Directions for this task: From the entries that follow, reproduce exactly and only the lines from the line with "v 2.75 15 -0.129" to the line with "v -2.521 -25 -14.287", endpoints included.
————————
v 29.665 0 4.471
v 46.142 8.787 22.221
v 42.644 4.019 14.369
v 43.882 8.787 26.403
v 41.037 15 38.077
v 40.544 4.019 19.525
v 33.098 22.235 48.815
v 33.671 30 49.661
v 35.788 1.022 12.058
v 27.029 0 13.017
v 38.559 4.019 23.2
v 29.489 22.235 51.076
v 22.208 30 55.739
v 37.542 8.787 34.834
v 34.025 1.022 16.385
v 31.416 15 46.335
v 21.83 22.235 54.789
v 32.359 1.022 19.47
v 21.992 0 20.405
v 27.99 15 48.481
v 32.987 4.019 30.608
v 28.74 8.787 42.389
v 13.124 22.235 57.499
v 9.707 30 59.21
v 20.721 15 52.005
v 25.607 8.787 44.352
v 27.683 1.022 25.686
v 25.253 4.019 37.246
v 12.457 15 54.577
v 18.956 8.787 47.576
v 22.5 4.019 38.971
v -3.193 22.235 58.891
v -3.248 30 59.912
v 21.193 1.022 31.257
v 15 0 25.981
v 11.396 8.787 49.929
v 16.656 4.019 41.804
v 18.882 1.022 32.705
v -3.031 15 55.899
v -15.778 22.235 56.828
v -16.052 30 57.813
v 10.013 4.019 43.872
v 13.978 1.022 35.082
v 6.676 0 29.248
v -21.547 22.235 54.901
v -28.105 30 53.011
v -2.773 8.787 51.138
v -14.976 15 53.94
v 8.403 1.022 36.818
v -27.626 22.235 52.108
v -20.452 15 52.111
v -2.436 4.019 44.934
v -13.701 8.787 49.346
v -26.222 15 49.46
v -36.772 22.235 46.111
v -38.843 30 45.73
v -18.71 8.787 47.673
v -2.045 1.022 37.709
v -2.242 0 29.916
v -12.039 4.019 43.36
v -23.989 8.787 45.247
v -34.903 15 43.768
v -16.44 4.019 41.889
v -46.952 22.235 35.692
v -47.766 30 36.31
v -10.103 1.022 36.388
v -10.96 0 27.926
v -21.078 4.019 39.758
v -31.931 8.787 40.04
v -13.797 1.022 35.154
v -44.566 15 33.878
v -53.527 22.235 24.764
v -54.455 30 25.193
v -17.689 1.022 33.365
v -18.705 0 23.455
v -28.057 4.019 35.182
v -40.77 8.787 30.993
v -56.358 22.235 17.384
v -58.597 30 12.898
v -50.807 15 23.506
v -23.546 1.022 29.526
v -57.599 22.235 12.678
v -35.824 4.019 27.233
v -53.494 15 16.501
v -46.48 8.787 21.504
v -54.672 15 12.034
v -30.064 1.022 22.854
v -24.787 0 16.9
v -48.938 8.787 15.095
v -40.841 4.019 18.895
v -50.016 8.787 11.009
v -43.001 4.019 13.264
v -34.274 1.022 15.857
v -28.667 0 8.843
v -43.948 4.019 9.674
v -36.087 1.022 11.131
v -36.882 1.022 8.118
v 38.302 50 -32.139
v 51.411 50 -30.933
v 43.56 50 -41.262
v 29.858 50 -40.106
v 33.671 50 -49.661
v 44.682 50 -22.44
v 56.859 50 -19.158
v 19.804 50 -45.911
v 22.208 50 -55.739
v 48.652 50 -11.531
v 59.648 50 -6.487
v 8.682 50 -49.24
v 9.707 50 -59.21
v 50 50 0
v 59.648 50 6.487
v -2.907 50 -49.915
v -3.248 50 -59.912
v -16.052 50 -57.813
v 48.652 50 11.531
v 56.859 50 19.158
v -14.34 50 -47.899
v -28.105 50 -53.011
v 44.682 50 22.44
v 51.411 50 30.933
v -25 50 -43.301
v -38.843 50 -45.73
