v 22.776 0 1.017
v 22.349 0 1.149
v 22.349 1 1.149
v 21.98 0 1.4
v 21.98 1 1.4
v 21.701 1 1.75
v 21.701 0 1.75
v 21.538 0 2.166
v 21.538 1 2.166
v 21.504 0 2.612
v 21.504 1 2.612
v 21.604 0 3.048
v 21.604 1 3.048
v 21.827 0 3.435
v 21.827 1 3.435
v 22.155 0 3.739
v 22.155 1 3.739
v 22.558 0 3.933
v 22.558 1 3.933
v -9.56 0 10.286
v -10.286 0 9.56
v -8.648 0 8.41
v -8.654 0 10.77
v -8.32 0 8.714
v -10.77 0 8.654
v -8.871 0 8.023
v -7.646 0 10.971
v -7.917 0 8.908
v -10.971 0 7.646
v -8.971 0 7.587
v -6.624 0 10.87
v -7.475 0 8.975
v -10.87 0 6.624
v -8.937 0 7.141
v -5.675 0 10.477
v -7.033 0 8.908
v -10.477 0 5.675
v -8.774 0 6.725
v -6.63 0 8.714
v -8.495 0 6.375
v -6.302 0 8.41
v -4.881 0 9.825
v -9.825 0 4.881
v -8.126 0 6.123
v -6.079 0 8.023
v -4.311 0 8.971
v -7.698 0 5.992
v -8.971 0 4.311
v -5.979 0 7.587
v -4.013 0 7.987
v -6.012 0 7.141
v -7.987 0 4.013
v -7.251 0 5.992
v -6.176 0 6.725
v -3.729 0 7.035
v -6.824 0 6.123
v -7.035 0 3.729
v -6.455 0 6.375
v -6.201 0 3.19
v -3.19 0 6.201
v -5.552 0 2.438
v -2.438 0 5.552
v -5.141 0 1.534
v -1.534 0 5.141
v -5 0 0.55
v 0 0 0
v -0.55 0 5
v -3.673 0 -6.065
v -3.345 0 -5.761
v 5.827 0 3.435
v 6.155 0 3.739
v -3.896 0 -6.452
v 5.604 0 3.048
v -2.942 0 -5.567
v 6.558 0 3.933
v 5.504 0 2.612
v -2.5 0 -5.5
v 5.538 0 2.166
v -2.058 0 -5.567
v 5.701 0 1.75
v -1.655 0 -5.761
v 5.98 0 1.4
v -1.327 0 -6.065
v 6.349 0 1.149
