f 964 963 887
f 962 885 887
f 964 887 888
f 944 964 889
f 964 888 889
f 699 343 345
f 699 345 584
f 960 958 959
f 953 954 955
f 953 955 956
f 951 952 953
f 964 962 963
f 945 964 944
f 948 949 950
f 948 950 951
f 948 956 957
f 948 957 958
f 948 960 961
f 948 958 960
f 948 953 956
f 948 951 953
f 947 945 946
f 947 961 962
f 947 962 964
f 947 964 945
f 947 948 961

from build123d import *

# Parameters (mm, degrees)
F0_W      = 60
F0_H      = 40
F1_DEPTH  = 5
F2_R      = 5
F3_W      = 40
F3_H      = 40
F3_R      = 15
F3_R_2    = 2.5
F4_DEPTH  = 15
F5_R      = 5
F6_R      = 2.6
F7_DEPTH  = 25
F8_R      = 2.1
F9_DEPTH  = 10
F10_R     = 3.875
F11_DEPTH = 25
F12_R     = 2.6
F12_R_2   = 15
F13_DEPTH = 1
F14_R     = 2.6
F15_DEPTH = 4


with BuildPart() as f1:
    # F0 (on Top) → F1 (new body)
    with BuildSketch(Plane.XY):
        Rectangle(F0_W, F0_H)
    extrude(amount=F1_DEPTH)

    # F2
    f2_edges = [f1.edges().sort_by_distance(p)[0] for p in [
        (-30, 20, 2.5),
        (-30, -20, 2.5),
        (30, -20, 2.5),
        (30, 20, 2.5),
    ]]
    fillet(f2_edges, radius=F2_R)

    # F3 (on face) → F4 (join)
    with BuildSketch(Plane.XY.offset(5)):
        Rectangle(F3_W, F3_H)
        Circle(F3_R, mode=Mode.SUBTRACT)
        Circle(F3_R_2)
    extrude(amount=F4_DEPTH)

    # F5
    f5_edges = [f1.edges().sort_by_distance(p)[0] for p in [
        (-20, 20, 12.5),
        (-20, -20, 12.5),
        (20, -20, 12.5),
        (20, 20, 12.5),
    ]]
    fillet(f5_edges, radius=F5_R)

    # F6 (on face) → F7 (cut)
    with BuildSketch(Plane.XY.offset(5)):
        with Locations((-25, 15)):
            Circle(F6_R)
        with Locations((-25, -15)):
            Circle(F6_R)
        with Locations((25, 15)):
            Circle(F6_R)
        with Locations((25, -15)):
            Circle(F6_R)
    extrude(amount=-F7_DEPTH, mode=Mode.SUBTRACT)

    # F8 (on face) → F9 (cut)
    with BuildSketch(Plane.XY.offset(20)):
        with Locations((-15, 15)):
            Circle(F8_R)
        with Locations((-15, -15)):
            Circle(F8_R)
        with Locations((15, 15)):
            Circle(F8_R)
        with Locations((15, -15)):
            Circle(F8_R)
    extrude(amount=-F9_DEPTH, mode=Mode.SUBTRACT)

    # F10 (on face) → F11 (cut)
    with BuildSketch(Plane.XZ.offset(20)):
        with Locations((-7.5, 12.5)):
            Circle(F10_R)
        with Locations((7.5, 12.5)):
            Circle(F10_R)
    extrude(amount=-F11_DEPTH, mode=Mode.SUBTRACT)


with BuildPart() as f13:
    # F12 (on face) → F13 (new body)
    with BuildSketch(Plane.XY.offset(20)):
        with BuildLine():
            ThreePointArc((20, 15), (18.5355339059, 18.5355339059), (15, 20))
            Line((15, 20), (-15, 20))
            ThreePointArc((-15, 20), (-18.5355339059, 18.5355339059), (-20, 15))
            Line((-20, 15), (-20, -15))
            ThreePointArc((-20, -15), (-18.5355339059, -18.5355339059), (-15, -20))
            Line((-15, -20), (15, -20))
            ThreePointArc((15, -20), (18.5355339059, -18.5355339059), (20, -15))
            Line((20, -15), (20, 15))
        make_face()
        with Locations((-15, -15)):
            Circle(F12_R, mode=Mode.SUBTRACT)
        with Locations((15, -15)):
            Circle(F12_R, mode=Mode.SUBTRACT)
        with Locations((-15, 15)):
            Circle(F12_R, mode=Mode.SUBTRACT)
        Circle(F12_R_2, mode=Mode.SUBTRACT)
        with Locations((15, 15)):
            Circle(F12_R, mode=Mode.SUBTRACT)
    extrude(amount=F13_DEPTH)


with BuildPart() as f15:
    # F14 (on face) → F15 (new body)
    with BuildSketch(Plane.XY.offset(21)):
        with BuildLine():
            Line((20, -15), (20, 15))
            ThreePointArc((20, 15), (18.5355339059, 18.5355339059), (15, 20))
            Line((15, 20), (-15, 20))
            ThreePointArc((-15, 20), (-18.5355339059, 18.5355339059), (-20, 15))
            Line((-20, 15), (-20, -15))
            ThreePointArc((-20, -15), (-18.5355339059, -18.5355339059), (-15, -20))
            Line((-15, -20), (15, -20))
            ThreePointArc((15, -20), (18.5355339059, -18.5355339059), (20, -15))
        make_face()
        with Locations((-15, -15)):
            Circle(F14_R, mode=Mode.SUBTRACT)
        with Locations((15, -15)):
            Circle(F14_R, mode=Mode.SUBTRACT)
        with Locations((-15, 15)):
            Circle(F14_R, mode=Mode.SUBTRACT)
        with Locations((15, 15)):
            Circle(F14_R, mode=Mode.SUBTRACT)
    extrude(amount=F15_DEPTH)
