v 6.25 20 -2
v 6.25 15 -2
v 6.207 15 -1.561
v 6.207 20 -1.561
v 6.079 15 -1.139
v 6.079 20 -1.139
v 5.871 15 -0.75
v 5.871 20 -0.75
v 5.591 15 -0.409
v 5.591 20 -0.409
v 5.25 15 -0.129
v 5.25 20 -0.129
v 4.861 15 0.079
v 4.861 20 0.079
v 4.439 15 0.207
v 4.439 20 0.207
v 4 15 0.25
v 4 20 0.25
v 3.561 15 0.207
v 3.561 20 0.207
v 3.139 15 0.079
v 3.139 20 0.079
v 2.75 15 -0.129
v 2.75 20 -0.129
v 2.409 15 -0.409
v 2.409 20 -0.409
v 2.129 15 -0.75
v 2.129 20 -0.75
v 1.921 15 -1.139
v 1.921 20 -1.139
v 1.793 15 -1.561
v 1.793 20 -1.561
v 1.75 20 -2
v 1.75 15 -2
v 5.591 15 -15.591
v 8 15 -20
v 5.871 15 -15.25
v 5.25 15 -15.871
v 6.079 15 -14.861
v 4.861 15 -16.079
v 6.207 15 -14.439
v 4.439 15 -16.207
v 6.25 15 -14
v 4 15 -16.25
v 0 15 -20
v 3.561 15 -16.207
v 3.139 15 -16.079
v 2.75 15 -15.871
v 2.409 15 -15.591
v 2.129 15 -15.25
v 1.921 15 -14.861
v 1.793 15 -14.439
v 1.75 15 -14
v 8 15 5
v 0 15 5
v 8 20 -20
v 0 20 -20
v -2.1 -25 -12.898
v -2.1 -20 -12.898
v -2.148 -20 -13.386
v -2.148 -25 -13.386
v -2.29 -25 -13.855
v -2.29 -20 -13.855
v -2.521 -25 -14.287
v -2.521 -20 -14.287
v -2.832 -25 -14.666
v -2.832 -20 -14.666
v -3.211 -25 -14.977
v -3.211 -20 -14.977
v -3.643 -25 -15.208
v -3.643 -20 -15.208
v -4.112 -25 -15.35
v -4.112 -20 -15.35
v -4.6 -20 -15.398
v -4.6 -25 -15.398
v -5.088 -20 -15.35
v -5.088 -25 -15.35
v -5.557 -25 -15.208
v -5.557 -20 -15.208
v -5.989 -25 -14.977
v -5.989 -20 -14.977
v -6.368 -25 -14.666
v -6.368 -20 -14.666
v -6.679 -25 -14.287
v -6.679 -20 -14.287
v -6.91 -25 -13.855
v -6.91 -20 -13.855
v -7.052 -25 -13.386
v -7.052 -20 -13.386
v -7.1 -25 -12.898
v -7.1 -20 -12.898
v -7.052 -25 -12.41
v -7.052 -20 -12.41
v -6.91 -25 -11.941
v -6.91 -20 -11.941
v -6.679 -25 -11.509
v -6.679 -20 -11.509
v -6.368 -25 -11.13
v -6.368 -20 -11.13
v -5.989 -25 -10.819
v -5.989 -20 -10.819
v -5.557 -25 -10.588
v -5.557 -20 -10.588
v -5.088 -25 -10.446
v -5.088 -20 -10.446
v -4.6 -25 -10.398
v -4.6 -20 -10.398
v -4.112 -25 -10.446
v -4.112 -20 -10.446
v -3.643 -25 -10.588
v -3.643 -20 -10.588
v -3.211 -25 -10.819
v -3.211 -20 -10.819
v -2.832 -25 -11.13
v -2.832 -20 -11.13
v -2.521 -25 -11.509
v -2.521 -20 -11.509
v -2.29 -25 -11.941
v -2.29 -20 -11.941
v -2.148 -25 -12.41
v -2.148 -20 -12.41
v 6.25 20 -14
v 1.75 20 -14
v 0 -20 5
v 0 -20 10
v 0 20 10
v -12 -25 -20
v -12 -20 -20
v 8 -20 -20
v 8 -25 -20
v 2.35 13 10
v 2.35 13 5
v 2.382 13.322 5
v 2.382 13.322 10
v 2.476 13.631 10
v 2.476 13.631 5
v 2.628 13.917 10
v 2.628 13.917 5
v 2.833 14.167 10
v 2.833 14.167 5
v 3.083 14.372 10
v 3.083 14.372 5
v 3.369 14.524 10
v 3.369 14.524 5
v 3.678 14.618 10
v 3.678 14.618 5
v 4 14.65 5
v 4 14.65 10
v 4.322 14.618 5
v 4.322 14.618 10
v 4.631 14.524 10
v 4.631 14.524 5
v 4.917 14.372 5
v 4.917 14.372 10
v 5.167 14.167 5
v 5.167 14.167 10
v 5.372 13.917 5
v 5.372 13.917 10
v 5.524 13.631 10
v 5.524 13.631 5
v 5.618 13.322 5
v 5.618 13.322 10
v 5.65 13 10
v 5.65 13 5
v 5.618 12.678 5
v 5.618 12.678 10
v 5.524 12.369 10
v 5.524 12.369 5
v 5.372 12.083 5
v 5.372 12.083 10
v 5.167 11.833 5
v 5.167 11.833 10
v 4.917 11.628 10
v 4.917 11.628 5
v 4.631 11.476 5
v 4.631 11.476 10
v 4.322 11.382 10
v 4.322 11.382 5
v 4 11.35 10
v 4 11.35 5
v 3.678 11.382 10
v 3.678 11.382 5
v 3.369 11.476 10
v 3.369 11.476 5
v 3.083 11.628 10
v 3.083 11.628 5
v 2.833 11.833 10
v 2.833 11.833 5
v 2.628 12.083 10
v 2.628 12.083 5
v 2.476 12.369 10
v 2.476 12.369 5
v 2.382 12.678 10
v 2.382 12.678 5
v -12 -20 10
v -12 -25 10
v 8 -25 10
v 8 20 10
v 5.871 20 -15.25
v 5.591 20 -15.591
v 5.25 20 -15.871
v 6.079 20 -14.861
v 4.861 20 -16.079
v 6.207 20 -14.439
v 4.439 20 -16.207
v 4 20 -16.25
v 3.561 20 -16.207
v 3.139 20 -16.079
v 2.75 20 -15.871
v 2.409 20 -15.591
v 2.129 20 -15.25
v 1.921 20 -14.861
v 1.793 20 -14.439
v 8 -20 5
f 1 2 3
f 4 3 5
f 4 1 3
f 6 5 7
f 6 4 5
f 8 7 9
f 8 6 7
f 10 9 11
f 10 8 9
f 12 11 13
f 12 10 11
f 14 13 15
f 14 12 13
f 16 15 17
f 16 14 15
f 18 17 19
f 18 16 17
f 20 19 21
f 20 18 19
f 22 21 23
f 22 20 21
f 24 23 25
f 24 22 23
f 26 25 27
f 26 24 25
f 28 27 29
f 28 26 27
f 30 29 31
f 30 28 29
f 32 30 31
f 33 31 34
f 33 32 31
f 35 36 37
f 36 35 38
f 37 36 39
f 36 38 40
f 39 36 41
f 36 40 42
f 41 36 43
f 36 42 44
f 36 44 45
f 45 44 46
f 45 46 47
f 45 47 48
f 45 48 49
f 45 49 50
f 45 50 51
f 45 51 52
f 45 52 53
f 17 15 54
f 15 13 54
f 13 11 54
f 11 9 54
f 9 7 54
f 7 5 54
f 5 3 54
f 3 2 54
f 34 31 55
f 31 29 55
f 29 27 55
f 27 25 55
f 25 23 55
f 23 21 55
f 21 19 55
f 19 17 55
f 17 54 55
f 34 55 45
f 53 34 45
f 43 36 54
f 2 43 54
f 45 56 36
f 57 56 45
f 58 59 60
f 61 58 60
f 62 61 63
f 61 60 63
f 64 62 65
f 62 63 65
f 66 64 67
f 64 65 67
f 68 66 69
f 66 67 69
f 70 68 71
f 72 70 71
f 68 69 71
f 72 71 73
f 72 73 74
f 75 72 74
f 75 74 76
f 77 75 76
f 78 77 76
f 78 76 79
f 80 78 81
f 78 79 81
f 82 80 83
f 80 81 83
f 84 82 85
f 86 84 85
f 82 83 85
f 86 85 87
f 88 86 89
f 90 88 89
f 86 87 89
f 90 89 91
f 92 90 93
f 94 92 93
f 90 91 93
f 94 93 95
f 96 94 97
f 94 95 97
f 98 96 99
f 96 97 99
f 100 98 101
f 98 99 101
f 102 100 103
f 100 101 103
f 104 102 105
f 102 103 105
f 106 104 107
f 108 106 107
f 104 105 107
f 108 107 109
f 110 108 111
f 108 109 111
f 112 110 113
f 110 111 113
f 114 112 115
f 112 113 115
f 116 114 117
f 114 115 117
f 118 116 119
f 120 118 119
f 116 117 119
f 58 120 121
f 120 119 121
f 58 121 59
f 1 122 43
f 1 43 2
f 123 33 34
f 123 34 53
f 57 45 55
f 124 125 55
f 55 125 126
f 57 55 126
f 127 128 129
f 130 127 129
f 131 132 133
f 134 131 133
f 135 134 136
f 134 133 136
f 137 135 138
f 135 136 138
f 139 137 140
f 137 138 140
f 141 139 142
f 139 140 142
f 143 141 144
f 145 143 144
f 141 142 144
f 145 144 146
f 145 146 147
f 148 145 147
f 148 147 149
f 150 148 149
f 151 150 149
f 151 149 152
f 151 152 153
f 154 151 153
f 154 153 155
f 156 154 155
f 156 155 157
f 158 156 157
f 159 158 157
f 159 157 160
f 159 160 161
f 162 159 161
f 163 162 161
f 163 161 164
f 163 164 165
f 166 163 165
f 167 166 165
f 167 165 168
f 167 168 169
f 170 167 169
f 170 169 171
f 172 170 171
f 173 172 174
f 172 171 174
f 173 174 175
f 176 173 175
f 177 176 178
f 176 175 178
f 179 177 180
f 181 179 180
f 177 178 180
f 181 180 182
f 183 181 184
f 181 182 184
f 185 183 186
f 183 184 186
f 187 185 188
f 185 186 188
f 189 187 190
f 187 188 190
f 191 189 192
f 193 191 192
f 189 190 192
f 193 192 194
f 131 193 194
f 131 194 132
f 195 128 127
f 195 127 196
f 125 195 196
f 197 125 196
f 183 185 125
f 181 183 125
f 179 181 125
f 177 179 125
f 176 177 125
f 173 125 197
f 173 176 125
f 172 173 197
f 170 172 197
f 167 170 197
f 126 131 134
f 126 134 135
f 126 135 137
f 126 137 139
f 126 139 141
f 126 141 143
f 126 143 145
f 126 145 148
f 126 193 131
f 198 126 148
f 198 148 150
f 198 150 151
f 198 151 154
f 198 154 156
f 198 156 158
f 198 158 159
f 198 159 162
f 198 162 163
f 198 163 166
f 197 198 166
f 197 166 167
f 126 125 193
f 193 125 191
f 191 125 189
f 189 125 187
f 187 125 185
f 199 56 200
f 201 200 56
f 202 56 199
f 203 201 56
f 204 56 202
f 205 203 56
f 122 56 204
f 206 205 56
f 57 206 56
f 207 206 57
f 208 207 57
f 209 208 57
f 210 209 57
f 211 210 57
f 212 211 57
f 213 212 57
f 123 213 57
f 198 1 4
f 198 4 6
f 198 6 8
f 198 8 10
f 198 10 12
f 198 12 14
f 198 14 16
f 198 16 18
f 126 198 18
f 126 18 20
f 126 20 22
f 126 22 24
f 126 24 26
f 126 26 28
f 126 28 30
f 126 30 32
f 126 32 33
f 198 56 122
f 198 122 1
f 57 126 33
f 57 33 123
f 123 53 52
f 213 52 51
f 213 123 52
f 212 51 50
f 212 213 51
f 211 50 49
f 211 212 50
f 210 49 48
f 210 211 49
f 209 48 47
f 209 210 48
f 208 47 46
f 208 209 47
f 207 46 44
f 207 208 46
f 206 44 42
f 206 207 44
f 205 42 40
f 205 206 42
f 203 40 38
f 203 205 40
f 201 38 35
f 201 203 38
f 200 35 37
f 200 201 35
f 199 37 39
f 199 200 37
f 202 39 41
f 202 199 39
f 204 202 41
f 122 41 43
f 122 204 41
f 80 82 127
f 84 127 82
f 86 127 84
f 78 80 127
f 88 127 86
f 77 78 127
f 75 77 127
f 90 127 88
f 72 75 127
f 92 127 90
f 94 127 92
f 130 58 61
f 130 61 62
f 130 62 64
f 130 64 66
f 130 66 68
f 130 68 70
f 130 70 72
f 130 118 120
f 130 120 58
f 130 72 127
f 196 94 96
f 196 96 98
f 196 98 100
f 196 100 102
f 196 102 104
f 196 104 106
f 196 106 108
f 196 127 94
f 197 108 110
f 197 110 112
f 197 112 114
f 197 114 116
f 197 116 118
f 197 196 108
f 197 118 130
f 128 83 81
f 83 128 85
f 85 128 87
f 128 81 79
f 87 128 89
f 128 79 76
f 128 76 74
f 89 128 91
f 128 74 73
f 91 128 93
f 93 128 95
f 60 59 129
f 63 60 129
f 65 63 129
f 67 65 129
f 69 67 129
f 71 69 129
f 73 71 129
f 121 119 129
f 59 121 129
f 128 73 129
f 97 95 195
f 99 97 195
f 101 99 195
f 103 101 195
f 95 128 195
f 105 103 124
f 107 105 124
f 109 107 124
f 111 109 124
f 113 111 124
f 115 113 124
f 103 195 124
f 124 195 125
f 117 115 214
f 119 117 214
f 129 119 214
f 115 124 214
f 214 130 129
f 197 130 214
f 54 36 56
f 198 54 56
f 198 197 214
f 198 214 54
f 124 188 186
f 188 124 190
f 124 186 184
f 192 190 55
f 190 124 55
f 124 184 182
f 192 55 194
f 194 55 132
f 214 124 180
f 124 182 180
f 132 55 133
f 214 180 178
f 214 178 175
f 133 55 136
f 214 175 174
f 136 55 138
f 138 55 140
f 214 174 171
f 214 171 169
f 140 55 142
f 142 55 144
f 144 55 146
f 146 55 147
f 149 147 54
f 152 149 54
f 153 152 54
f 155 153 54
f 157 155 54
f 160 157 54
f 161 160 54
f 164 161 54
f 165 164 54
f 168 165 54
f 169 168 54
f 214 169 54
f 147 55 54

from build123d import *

# Parameters (mm, degrees)
SKETCH_1_W             = 8
SKETCH_1_H             = 20
EXTRUDE_1_DEPTH        = 10
SKETCH_2_W             = 5
SKETCH_2_H             = 15
CUT_EXTRUDE_1_DEPTH    = 10
SKETCH_3_W             = 8
SKETCH_3_H             = 5
EXTRUDE_2_DEPTH        = 5
SKETCH_4_W             = 8
SKETCH_4_H             = 5
EXTRUDE_3_DEPTH        = 20
SKETCH_5_W             = 20
SKETCH_5_H             = 30
EXTRUDE_4_DEPTH        = 5
SKETCH_6_R             = 2.5
CUT_EXTRUDE_2_DEPTH    = 5
SKETCH_7_W             = 8
SKETCH_7_H             = 5
EXTRUDE_5_DEPTH        = 15
CUT_EXTRUDE_3_DEPTH    = 10
HOLE_WIZARD_M4_1_D     = 3.3
HOLE_WIZARD_M4_1_DEPTH = 10.1
HOLE_WIZARD_M4_1_TIP   = 0.991420021


with BuildPart() as part:
    # 草图1 → 凸台-拉伸1 (new body)
    with BuildSketch(Plane.XY):
        with Locations((4, 10)):
            Rectangle(SKETCH_1_W, SKETCH_1_H)
    extrude(amount=EXTRUDE_1_DEPTH)

    # 草图2 → 切除-拉伸1 (cut)
    with BuildSketch(Plane.ZY):
        with Locations((2.5, 7.5)):
            Rectangle(SKETCH_2_W, SKETCH_2_H)
    extrude(amount=-CUT_EXTRUDE_1_DEPTH, mode=Mode.SUBTRACT)

    # 草图3 → 凸台-拉伸2 (add)
    with BuildSketch(Plane(origin=(0, 0, 0), x_dir=(-1, 0, 0), z_dir=(0, 0, -1))):
        with Locations((-4, 17.5)):
            Rectangle(SKETCH_3_W, SKETCH_3_H)
    extrude(amount=EXTRUDE_2_DEPTH)

    # 草图4 → 凸台-拉伸3 (add)
    with BuildSketch(Plane.XZ):
        with Locations((4, 7.5)):
            Rectangle(SKETCH_4_W, SKETCH_4_H)
    extrude(amount=EXTRUDE_3_DEPTH)

    # 草图5 → 凸台-拉伸4 (add)
    with BuildSketch(Plane.XZ.offset(20)):
        with Locations((-2, -5)):
            Rectangle(SKETCH_5_W, SKETCH_5_H)
    extrude(amount=EXTRUDE_4_DEPTH)

    # 草图6 → 切除-拉伸2 (cut)
    with BuildSketch(Plane(origin=(0, -20, 0), x_dir=(1, 0, 0), z_dir=(0, 1, 0))):
        with Locations((-4.6, 12.897897411)):
            Circle(SKETCH_6_R)
    extrude(amount=-CUT_EXTRUDE_2_DEPTH, mode=Mode.SUBTRACT)

    # 草图7 → 凸台-拉伸5 (add)
    with BuildSketch(Plane(origin=(0, 0, -5), x_dir=(-1, 0, 0), z_dir=(0, 0, -1))):
        with Locations((-4, 17.5)):
            Rectangle(SKETCH_7_W, SKETCH_7_H)
    extrude(amount=EXTRUDE_5_DEPTH)

    # 草图8 → 切除-拉伸3 (cut)
    with BuildSketch(Plane(origin=(0, 20, 0), x_dir=(1, 0, 0), z_dir=(0, 1, 0))):
        with BuildLine():
            Line((6.25, 14), (6.25, 2))
            ThreePointArc((6.25, 2), (4, -0.25), (1.75, 2))
            Line((1.75, 2), (1.75, 14))
            ThreePointArc((1.75, 14), (4, 16.25), (6.25, 14))
        make_face()
    extrude(amount=-CUT_EXTRUDE_3_DEPTH, mode=Mode.SUBTRACT)

    # M4 螺纹孔1
    with Locations(Plane.XY.offset(10)):
        with Locations((4, 13)):
            Hole(HOLE_WIZARD_M4_1_D / 2, depth=HOLE_WIZARD_M4_1_DEPTH)
            with Locations((0, 0, -(HOLE_WIZARD_M4_1_DEPTH + HOLE_WIZARD_M4_1_TIP / 2))):  # 118° drill point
————————
Response to the exercise:
v 2.75 15 -0.129
v 2.75 20 -0.129
v 2.409 15 -0.409
v 2.409 20 -0.409
v 2.129 15 -0.75
v 2.129 20 -0.75
v 1.921 15 -1.139
v 1.921 20 -1.139
v 1.793 15 -1.561
v 1.793 20 -1.561
v 1.75 20 -2
v 1.75 15 -2
v 5.591 15 -15.591
v 8 15 -20
v 5.871 15 -15.25
v 5.25 15 -15.871
v 6.079 15 -14.861
v 4.861 15 -16.079
v 6.207 15 -14.439
v 4.439 15 -16.207
v 6.25 15 -14
v 4 15 -16.25
v 0 15 -20
v 3.561 15 -16.207
v 3.139 15 -16.079
v 2.75 15 -15.871
v 2.409 15 -15.591
v 2.129 15 -15.25
v 1.921 15 -14.861
v 1.793 15 -14.439
v 1.75 15 -14
v 8 15 5
v 0 15 5
v 8 20 -20
v 0 20 -20
v -2.1 -25 -12.898
v -2.1 -20 -12.898
v -2.148 -20 -13.386
v -2.148 -25 -13.386
v -2.29 -25 -13.855
v -2.29 -20 -13.855
v -2.521 -25 -14.287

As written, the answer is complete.